-- PROVIDED INFORMATION follows --
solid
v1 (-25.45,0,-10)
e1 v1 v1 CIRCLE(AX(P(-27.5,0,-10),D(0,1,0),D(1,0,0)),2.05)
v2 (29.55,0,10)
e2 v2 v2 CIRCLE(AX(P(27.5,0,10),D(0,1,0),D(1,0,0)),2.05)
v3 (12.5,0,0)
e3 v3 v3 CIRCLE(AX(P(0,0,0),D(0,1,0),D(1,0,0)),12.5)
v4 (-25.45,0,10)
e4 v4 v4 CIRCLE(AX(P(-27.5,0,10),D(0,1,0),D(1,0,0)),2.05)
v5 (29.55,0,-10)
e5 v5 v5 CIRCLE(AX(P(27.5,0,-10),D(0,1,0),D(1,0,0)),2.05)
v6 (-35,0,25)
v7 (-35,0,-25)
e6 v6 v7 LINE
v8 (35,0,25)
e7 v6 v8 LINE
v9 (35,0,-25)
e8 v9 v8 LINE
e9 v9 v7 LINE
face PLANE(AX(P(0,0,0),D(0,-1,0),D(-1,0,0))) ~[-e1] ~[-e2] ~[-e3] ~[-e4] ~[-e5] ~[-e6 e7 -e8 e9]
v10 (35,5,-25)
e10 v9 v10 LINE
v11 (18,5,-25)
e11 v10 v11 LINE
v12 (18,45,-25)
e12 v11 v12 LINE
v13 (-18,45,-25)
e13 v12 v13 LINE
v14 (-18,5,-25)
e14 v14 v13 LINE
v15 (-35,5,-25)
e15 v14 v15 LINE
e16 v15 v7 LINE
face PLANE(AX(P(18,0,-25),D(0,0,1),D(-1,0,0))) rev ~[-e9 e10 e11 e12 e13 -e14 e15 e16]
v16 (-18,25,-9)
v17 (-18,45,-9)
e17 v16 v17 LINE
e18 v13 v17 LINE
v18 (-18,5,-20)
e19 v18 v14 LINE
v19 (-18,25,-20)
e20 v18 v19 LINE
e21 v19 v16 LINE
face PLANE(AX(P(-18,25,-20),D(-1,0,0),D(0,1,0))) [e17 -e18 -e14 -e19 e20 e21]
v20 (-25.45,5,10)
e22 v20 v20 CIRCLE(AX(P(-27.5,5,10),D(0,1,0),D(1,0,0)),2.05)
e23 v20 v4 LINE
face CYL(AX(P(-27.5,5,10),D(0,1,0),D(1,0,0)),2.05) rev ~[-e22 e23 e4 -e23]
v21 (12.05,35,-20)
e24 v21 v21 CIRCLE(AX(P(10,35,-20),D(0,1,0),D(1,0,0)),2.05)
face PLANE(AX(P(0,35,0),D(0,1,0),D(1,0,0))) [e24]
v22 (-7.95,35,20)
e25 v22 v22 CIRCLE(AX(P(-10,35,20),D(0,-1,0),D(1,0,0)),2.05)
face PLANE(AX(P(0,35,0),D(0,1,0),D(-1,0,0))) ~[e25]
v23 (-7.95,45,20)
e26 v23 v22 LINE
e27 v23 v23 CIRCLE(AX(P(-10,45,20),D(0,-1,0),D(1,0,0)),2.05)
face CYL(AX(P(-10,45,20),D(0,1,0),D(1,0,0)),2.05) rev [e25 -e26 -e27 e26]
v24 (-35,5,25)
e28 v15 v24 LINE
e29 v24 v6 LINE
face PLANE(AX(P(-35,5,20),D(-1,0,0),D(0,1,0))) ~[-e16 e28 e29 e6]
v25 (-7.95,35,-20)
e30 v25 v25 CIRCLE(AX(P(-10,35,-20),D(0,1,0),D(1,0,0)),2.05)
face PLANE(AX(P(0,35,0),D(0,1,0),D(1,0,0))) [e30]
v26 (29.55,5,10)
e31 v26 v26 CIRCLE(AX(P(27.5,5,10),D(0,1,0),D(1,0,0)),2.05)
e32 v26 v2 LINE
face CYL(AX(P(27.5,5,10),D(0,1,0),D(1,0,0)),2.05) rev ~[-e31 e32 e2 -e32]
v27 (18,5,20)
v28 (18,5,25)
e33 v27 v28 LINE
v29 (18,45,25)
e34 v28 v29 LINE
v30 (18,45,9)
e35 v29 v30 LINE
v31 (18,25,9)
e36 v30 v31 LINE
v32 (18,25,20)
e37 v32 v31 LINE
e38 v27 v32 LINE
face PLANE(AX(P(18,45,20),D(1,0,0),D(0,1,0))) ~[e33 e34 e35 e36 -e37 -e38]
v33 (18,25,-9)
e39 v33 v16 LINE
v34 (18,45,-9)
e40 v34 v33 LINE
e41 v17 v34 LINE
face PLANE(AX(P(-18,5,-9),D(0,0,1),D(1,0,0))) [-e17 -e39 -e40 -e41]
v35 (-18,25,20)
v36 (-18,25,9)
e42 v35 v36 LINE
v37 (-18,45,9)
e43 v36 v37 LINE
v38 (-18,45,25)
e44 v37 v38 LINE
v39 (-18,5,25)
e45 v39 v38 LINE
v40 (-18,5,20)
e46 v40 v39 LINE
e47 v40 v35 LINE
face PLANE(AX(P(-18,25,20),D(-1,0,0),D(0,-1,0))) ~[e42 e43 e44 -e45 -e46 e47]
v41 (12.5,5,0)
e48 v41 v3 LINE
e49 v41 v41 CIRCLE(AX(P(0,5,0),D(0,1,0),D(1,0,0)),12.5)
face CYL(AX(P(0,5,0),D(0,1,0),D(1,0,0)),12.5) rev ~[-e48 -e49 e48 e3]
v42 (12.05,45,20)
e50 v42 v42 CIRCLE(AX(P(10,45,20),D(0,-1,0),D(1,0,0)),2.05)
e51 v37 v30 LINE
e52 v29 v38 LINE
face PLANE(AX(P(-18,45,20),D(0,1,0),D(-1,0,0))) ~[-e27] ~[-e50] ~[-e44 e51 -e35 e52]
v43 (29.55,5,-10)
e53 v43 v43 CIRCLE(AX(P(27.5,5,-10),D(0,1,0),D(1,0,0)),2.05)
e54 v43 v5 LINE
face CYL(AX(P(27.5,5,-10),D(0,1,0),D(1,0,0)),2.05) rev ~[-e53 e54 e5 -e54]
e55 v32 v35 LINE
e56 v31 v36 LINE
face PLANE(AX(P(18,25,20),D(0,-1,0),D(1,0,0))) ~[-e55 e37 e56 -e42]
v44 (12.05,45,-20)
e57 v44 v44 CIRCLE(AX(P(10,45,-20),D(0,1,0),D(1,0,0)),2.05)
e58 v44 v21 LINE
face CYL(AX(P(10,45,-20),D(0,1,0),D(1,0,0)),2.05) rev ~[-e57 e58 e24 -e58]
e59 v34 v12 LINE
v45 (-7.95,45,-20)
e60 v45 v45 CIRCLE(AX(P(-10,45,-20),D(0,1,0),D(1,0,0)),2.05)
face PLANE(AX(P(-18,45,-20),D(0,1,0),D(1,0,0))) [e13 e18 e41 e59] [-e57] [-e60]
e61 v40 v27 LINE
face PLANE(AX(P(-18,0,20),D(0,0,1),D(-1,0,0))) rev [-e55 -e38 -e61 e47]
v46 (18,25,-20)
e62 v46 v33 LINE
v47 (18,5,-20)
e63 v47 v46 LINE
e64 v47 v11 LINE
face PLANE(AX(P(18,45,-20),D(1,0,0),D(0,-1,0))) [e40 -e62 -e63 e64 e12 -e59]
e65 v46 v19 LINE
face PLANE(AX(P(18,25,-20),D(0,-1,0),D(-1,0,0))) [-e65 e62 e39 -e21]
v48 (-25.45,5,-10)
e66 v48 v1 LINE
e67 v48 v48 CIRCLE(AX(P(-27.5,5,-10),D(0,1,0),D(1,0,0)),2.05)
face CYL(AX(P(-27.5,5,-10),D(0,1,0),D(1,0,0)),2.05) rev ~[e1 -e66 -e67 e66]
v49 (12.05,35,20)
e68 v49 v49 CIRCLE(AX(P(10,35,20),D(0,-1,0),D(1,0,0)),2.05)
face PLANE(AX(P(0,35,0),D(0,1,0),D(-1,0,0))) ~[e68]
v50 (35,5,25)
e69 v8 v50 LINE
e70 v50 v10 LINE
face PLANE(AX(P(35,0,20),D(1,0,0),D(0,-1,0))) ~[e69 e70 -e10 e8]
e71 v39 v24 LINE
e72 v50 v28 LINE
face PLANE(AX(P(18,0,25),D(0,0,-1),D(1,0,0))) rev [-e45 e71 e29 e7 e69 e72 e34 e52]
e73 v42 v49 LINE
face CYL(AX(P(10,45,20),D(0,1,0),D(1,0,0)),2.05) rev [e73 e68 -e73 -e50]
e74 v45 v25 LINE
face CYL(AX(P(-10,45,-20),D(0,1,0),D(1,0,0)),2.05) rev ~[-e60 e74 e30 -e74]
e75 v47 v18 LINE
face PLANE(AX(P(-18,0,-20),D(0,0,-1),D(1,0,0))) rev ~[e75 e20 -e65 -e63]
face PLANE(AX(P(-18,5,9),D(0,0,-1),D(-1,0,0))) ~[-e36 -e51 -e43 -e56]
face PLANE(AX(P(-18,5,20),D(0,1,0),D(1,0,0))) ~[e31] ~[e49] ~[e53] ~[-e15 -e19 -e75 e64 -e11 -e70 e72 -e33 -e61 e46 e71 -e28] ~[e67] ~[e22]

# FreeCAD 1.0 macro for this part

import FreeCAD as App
import Part
import Sketcher

V = App.Vector


def add_polygon(sketch, points):
    """Adds a closed chain of lines whose ends are joined by coincident constraints."""
    first, n = sketch.GeometryCount, len(points)
    for a, b in zip(points, points[1:] + points[:1]):
        sketch.addGeometry(Part.LineSegment(App.Vector(*a, 0), App.Vector(*b, 0)), False)
    for i in range(n):
        sketch.addConstraint(Sketcher.Constraint("Coincident", first + i, 2, first + (i + 1) % n, 1))

doc = App.newDocument("Part")
params = doc.addObject("Spreadsheet::Sheet", "Params")
for row, (alias, value) in enumerate([
    ("sketch1_width", "70 mm"),
    ("sketch1_height", "40 mm"),
    ("pad1_length", "5 mm"),
    ("sketch2_diameter", "4.1 mm"),
    ("pocket1_length", "5 mm"),
    ("sketch3_diameter", "25 mm"),
    ("pocket2_length", "5 mm"),
    ("sketch4_width", "36 mm"),
    ("sketch4_height", "5 mm"),
    ("pad2_length", "45 mm"),
    ("sketch5_height", "20 mm"),
    ("sketch5_width", "36 mm"),
    ("pad3_length", "11 mm"),
    ("sketch6_width", "17 mm"),
    ("sketch6_height", "5 mm"),
    ("pad4_length", "5 mm"),
    ("sketch7_diameter", "4.1 mm"),
    ("pocket3_length", "10 mm"),
], start=1):
    params.set(f"A{row}", alias)
    params.set(f"B{row}", "=" + value)
    params.setAlias(f"B{row}", alias)

body = doc.addObject("PartDesign::Body", "Body")

# Sketch on XZ plane
sketch1 = body.newObject("Sketcher::SketchObject", "Sketch")
sketch1.AttachmentSupport = (doc.getObject("XZ_Plane"), [""])
sketch1.MapMode = "FlatFace"
add_polygon(sketch1, [(-35, -20), (-35, 20), (35, 20), (35, -20)])  # lines 0-3
sketch1.addConstraint(Sketcher.Constraint("Vertical", 0))
sketch1.addConstraint(Sketcher.Constraint("Horizontal", 1))
sketch1.addConstraint(Sketcher.Constraint("Vertical", 2))
sketch1.addConstraint(Sketcher.Constraint("Horizontal", 3))
sketch1.addConstraint(Sketcher.Constraint("Symmetric", 0, 2, 2, 2, -1, 1))
sketch1.addConstraint(Sketcher.Constraint("DistanceX", 1, 1, 1, 2, 70.0))
sketch1.addConstraint(Sketcher.Constraint("DistanceY", 0, 1, 0, 2, 40.0))
sketch1.setExpression("Constraints[9]", "Params.sketch1_width")
sketch1.setExpression("Constraints[10]", "Params.sketch1_height")
pad1 = body.newObject("PartDesign::Pad", "Pad")
pad1.Profile = sketch1
pad1.setExpression("Length", "Params.pad1_length")
pad1.Reversed = True

# Sketch on XZ plane
sketch2 = body.newObject("Sketcher::SketchObject", "Sketch001")
sketch2.AttachmentSupport = (doc.getObject("XZ_Plane"), [""])
sketch2.MapMode = "FlatFace"
sketch2.AttachmentOffset = App.Placement(V(0, 0, -5), App.Rotation())
sketch2.addGeometry(Part.Circle(V(27.5, 10, 0), V(0, 0, 1), 2), False)
sketch2.addGeometry(Part.Circle(V(27.5, -10, 0), V(0, 0, 1), 2), False)
sketch2.addGeometry(Part.Circle(V(-27.5, -10, 0), V(0, 0, 1), 2), False)
sketch2.addGeometry(Part.Circle(V(-27.5, 10, 0), V(0, 0, 1), 2), False)
sketch2.addConstraint(Sketcher.Constraint("Equal", 0, 1))
sketch2.addConstraint(Sketcher.Constraint("Equal", 1, 2))
sketch2.addConstraint(Sketcher.Constraint("Equal", 2, 3))
sketch2.addConstraint(Sketcher.Constraint("Symmetric", 0, 3, 2, 3, -1, 1))
sketch2.addConstraint(Sketcher.Constraint("Symmetric", 1, 3, 3, 3, -1, 1))
sketch2.addConstraint(Sketcher.Constraint("Symmetric", 1, 3, 2, 3, -2))
sketch2.addConstraint(Sketcher.Constraint("Diameter", 0, 4.1))
sketch2.addConstraint(Sketcher.Constraint("DistanceY", -1, 1, 0, 3, 10.0))
sketch2.addConstraint(Sketcher.Constraint("DistanceX", -1, 1, 0, 3, 27.5))
sketch2.setExpression("Constraints[6]", "Params.sketch2_diameter")
pocket1 = body.newObject("PartDesign::Pocket", "Pocket")
pocket1.Profile = sketch2
pocket1.setExpression("Length", "Params.pocket1_length")
pocket1.Reversed = True

# Sketch on XZ plane
sketch3 = body.newObject("Sketcher::SketchObject", "Sketch002")
sketch3.AttachmentSupport = (doc.getObject("XZ_Plane"), [""])
sketch3.MapMode = "FlatFace"
sketch3.AttachmentOffset = App.Placement(V(0, 0, -5), App.Rotation())
sketch3.addGeometry(Part.Circle(V(0, 0, 0), V(0, 0, 1), 12), False)
sketch3.addConstraint(Sketcher.Constraint("Coincident", 0, 3, -1, 1))
sketch3.addConstraint(Sketcher.Constraint("Diameter", 0, 25.0))
sketch3.setExpression("Constraints[1]", "Params.sketch3_diameter")
pocket2 = body.newObject("PartDesign::Pocket", "Pocket001")
pocket2.Profile = sketch3
pocket2.setExpression("Length", "Params.pocket2_length")
pocket2.Reversed = True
-- PROVIDED INFORMATION concluded --
Write out the lines of the entries, word for word, from the first through the one containing "v5 (29.55,0,-10)", and stop at that line.

solid
v1 (-25.45,0,-10)
e1 v1 v1 CIRCLE(AX(P(-27.5,0,-10),D(0,1,0),D(1,0,0)),2.05)
v2 (29.55,0,10)
e2 v2 v2 CIRCLE(AX(P(27.5,0,10),D(0,1,0),D(1,0,0)),2.05)
v3 (12.5,0,0)
e3 v3 v3 CIRCLE(AX(P(0,0,0),D(0,1,0),D(1,0,0)),12.5)
v4 (-25.45,0,10)
e4 v4 v4 CIRCLE(AX(P(-27.5,0,10),D(0,1,0),D(1,0,0)),2.05)
v5 (29.55,0,-10)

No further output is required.